To change the line width, we can use the linewidth
or lw
keyword argument. The line style can be selected using the linestyle
or ls
keyword arguments. Following plot summarizes different types of lines you can draw in matplotlib.
fig, ax = plt.subplots(figsize=(12,6))
ax.plot(x, x+1, color="red", linewidth=0.25)
ax.plot(x, x+2, color="red", linewidth=0.50)
ax.plot(x, x+3, color="red", linewidth=1.00)
ax.plot(x, x+4, color="red", linewidth=2.00)
# possible linestype options ‘-‘, ‘–’, ‘-.’, ‘:’, ‘steps’
ax.plot(x, x+5, color="green", lw=3, linestyle='-')

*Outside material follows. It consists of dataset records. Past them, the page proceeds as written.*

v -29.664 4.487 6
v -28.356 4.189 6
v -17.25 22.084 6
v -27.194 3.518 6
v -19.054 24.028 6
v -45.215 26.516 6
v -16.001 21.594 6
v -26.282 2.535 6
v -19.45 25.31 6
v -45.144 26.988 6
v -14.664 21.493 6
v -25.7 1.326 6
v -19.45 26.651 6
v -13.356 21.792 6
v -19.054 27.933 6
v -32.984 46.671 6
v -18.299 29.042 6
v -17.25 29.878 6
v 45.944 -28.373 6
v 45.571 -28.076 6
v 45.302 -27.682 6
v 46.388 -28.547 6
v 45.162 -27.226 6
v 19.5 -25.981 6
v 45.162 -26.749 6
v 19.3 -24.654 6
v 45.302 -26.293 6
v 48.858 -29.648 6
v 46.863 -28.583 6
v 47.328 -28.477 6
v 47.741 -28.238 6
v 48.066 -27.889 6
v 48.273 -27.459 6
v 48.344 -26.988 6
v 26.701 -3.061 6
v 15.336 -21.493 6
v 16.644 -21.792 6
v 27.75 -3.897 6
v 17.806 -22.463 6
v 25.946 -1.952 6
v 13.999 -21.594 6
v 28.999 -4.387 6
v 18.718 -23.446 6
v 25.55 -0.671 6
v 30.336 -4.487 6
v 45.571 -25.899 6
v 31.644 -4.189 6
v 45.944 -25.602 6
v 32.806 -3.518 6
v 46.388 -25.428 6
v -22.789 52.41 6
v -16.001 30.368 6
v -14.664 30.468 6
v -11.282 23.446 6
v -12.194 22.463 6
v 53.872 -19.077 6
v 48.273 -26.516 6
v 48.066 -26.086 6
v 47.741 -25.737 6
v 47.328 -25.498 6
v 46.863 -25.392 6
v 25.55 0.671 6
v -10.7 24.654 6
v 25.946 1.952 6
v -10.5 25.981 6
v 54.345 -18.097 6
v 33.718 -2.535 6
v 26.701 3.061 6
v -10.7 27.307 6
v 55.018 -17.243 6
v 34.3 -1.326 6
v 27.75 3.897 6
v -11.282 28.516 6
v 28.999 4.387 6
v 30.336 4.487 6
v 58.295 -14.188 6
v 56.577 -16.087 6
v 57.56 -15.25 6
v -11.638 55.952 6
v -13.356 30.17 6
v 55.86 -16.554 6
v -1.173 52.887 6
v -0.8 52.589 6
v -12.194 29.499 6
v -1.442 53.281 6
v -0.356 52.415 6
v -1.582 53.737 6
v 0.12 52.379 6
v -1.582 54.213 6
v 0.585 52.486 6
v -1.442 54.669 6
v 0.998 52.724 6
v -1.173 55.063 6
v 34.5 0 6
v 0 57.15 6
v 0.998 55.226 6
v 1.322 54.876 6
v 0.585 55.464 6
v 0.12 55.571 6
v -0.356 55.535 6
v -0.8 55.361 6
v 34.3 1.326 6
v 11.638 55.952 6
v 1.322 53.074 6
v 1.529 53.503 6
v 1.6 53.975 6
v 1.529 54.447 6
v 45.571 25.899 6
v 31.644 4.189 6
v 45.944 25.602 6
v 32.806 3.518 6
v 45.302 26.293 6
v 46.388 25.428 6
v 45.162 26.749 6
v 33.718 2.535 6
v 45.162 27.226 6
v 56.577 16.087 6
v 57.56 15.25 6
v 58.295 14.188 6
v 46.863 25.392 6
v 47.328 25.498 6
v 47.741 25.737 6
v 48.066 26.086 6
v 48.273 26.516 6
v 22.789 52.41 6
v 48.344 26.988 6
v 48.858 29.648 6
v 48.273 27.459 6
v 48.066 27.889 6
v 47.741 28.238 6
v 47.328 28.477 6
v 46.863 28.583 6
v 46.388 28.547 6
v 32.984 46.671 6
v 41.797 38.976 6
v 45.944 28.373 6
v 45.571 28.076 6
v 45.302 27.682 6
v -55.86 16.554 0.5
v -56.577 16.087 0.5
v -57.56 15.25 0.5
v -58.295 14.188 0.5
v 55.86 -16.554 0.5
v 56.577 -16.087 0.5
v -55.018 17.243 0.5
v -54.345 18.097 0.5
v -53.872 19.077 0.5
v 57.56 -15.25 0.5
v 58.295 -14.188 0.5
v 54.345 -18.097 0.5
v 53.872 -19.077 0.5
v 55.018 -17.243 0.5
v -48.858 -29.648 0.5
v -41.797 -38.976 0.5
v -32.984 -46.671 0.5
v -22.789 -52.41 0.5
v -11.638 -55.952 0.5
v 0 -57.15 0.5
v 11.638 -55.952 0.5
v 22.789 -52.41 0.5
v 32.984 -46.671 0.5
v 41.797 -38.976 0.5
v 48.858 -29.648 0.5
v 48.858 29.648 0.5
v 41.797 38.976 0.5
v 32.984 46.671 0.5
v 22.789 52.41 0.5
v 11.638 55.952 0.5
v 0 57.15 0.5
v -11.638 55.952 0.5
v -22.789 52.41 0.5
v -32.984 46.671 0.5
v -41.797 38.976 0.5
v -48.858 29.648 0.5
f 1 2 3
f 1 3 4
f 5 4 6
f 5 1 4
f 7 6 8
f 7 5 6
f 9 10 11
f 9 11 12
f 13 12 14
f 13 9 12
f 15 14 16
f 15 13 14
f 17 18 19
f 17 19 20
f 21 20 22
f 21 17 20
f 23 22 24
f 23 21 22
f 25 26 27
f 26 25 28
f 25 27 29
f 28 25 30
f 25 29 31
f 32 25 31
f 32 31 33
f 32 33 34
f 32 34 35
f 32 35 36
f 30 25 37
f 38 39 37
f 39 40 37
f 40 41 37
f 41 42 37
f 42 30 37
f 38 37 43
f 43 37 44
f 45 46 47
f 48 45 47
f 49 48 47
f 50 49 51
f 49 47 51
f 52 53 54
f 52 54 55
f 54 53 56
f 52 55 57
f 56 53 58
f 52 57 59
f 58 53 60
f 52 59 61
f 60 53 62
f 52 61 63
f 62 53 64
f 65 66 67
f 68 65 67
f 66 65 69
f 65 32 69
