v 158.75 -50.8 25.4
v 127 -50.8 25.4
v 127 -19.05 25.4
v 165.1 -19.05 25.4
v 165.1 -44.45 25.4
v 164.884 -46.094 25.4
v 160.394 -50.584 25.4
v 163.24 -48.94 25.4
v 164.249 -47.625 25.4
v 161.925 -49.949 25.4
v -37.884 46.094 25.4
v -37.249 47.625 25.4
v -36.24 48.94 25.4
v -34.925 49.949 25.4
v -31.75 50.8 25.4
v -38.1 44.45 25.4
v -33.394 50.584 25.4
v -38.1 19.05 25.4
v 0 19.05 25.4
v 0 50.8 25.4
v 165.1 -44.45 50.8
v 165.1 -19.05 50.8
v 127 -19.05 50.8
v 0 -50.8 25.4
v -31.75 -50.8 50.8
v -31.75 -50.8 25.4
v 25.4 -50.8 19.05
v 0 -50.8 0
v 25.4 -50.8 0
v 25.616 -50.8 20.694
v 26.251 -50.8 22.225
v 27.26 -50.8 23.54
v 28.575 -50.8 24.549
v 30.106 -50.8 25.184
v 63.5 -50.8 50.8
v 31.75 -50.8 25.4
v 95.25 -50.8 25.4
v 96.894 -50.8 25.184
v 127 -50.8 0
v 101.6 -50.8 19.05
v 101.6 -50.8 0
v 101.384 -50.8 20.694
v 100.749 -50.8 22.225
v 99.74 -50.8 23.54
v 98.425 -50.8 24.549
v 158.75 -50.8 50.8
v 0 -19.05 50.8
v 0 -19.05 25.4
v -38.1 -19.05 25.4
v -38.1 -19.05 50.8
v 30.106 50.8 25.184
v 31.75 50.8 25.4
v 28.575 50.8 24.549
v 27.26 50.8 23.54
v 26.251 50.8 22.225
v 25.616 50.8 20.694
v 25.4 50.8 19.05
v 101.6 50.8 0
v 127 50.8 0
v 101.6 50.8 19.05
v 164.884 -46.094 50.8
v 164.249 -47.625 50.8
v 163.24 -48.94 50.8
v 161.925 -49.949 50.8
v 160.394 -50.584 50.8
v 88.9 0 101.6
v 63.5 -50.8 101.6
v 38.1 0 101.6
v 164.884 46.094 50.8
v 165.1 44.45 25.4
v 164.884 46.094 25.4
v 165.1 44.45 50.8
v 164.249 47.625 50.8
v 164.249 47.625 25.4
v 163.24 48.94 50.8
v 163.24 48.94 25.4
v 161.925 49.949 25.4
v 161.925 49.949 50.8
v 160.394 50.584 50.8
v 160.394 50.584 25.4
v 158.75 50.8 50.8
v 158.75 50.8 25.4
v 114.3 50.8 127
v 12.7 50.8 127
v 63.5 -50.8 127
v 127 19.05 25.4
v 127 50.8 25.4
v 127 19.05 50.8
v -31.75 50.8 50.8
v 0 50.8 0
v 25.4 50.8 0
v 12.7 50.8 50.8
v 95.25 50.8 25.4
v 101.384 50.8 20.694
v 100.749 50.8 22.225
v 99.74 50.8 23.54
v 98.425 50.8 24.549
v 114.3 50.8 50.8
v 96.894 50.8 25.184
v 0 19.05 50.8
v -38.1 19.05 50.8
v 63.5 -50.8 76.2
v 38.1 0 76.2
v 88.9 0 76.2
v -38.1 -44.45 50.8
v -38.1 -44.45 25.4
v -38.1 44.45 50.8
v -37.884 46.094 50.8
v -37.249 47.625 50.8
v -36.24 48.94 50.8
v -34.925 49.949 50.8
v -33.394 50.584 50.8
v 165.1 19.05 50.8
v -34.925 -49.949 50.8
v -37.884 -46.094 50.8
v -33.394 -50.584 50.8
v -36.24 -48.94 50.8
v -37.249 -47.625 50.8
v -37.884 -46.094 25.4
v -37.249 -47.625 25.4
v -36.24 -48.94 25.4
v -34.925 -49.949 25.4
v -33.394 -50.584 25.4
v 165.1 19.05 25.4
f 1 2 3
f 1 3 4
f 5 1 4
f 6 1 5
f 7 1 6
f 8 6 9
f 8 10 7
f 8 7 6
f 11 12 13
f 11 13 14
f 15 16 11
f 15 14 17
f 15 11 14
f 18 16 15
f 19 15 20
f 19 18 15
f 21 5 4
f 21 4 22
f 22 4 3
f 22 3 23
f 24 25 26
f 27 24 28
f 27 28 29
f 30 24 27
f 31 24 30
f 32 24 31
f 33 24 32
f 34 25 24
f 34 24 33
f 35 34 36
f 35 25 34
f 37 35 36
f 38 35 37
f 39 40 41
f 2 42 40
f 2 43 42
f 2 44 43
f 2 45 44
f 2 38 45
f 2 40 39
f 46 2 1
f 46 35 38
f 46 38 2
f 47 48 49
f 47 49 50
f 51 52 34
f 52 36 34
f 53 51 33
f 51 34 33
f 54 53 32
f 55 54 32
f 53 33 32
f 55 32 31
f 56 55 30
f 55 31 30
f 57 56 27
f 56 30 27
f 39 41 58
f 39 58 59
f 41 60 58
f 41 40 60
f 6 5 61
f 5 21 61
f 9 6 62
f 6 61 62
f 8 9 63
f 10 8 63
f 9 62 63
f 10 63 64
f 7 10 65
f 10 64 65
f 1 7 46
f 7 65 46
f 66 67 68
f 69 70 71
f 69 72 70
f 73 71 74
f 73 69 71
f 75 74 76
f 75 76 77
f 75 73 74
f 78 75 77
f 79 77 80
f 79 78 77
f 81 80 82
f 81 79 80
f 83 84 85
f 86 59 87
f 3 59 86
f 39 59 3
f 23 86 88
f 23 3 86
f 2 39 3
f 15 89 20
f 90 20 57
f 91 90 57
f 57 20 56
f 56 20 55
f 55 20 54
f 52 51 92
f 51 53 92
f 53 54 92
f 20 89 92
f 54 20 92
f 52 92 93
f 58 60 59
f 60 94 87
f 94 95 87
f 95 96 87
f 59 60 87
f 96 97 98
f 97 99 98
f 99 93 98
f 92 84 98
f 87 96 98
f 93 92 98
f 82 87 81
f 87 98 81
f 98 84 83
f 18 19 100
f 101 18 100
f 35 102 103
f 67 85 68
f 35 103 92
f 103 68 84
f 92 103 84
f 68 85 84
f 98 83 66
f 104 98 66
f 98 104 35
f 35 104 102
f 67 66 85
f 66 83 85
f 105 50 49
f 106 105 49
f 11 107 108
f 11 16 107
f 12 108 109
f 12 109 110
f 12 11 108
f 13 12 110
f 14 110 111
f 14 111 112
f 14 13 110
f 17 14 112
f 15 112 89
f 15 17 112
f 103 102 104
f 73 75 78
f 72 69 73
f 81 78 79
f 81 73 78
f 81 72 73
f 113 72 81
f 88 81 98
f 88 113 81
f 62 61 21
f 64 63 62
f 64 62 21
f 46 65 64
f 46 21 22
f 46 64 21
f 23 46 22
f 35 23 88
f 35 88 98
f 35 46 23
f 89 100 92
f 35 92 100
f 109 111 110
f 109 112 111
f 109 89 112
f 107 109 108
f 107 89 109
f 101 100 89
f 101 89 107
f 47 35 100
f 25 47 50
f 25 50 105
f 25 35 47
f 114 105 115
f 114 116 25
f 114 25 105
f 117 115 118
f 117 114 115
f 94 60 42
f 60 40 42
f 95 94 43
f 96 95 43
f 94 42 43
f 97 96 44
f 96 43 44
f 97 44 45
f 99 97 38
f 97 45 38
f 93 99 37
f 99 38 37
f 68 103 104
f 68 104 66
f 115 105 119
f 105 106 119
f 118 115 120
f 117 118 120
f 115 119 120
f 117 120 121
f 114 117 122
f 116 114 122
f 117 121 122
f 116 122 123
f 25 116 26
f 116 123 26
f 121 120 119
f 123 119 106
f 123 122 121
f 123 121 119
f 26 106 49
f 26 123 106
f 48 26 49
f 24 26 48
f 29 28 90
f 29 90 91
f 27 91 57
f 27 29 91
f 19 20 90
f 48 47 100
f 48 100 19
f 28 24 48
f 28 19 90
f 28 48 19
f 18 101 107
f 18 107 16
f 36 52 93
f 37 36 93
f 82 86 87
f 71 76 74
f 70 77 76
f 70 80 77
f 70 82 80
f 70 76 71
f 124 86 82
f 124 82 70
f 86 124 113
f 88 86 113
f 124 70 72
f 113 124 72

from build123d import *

# Parameters (mm, degrees)
F1_DEPTH  = 50.8
F2_R      = 6.35
F3_W      = 38.1
F3_H      = 25.4
F4_DEPTH  = 38.1
F5_W      = 38.1
F5_H      = 25.4
F6_DEPTH  = 38.1
F7_W      = 101.6
F7_H      = 101.6
F8_DEPTH  = 76.2
F9_W      = 50.8
F9_H      = 25.4
F10_DEPTH = 152.401
F12_DEPTH = 76.2
F14_DEPTH = 76.2
F15_R     = 6.35


with BuildPart() as f1:
    # F0 (on Front) → F1 (new body, symmetric)
    with BuildSketch(Plane.XZ):
        Polygon((0, 25.4), (0, 0), (25.4, 0), (25.4, 25.4), (101.6, 25.4), (101.6, 0), (127, 0), (127, 25.4), (165.1, 25.4), (165.1, 50.8), (-38.1, 50.8), (-38.1, 25.4), align=None)
    extrude(amount=F1_DEPTH, both=True)

    # F2
    f2_edges = [f1.edges().sort_by_distance(p)[0] for p in [
        (-38.1, -50.8, 38.1),
        (165.1, -50.8, 38.1),
        (165.1, 50.8, 38.1),
        (-38.1, 50.8, 38.1),
    ]]
    fillet(f2_edges, radius=F2_R)

    # F3 (on face) → F4 (cut, through all)
    with BuildSketch(Plane.YZ.offset(165.1)):
        with Locations((0, 38.1)):
            Rectangle(F3_W, F3_H)
    extrude(amount=-F4_DEPTH, mode=Mode.SUBTRACT)

    # F5 (on face) → F6 (cut, through all)
    with BuildSketch(Plane(origin=(-38.1, 0, 0), x_dir=(0, -1, 0), z_dir=(-1, 0, 0))):
        with Locations((0, 38.1)):
            Rectangle(F5_W, F5_H)
    extrude(amount=-F6_DEPTH, mode=Mode.SUBTRACT)

    # F7 (on face) → F8 (join)
    with BuildSketch(Plane.XY.offset(50.8)):
        with Locations((63.5, 0)):
            Rectangle(F7_W, F7_H)
    extrude(amount=F8_DEPTH)

    # F9 (on face) → F10 (cut, through all)
    with BuildSketch(Plane.YZ.offset(114.3)):
        with Locations((-25.4, 88.9)):
            Rectangle(F9_W, F9_H)
    extrude(amount=-F10_DEPTH, mode=Mode.SUBTRACT)

    # F11 (on face) → F12 (cut, through all)
    with BuildSketch(Plane.XY.offset(127)):
        Polygon((63.5, -50.8), (12.7, 50.8), (12.7, -50.8), align=None)
    extrude(amount=-F12_DEPTH, mode=Mode.SUBTRACT)

    # F13 (on face) → F14 (cut, through all)
    with BuildSketch(Plane.XY.offset(127)):
        Polygon((114.3, 50.8), (63.5, -50.8), (114.3, -50.8), align=None)
    extrude(amount=-F14_DEPTH, mode=Mode.SUBTRACT)

    # F15
    f15_edges = [f1.edges().sort_by_distance(p)[0] for p in [
        (25.4, 0, 25.4),
        (101.6, 0, 25.4),
    ]]
    fillet(f15_edges, radius=F15_R)


solid = f1.part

ax.plot(x, x+6, color="green", lw=3, ls='-.')
ax.plot(x, x+7, color="green", lw=3, ls=':')
# custom dash
line, = ax.plot(x, x+8, color="black", lw=1.50)
line.set_dashes([5, 10, 15, 10]) # format: line length, space length, ...
# possible marker symbols: marker = '+', 'o', '*', 's', ',', '.', '1', '2', '3', '4', ...
ax.plot(x, x+9, color="blue", lw=3, ls='-', marker='+')
ax.plot(x, x+10, color="blue", lw=3, ls='--', marker='o')
ax.plot(x, x+11, color="blue", lw=3, ls='-', marker='s')
ax.plot(x, x+12, color="blue", lw=3, ls='--', marker='1')
# marker size and color
ax.plot(x, x+13, color="purple", lw=1, ls='-', marker='o', markersize=2)
ax.plot(x, x+14, color="purple", lw=1, ls='-', marker='o', markersize=4)
ax.plot(x, x+15, color="purple", lw=1, ls='-', marker='o', markersize=8, markerfacecolor="red")
ax.plot(x, x+16, color="purple", lw=1, ls='-', marker='s', markersize=8, markerfacecolor="yellow", markeredgewidth=3, markeredgecolor="green");
In the plots above, we saw ax.scatter()
for generating a scatter plot and ax.plot()
function for the line plot. It is imperative that data in the right format and dimensions is passed to these functions to avoid any errors or unexpected behaviour in the output. Following is a list of other simiar functions which can be readily used for visualizing data.
.plot() Line plot
.scatter() Scatter plot
.bar() Vertical bar graph
.barh() Horizontal bar graph
.axhline() Horizontal line across axes
.vline() Vertical line across axes
.stackplot() Stack plot
We shall look into these functions in detail in upcoming labs and lessons.
This lesson provided us with some more experience with plotting in matplotlib
. We saw how to draw plots with default objects settings vs. plotting with object definitions. We learned to apply labels and titles to the plots to provide them context for an improved understanding. The lesson provided ways to draw multiple plots within the same figure by using absolute and relative definitions. The lesson then ended by providing a quick reference list to some styling techniques and further plotting functions which will be discussed in detail later.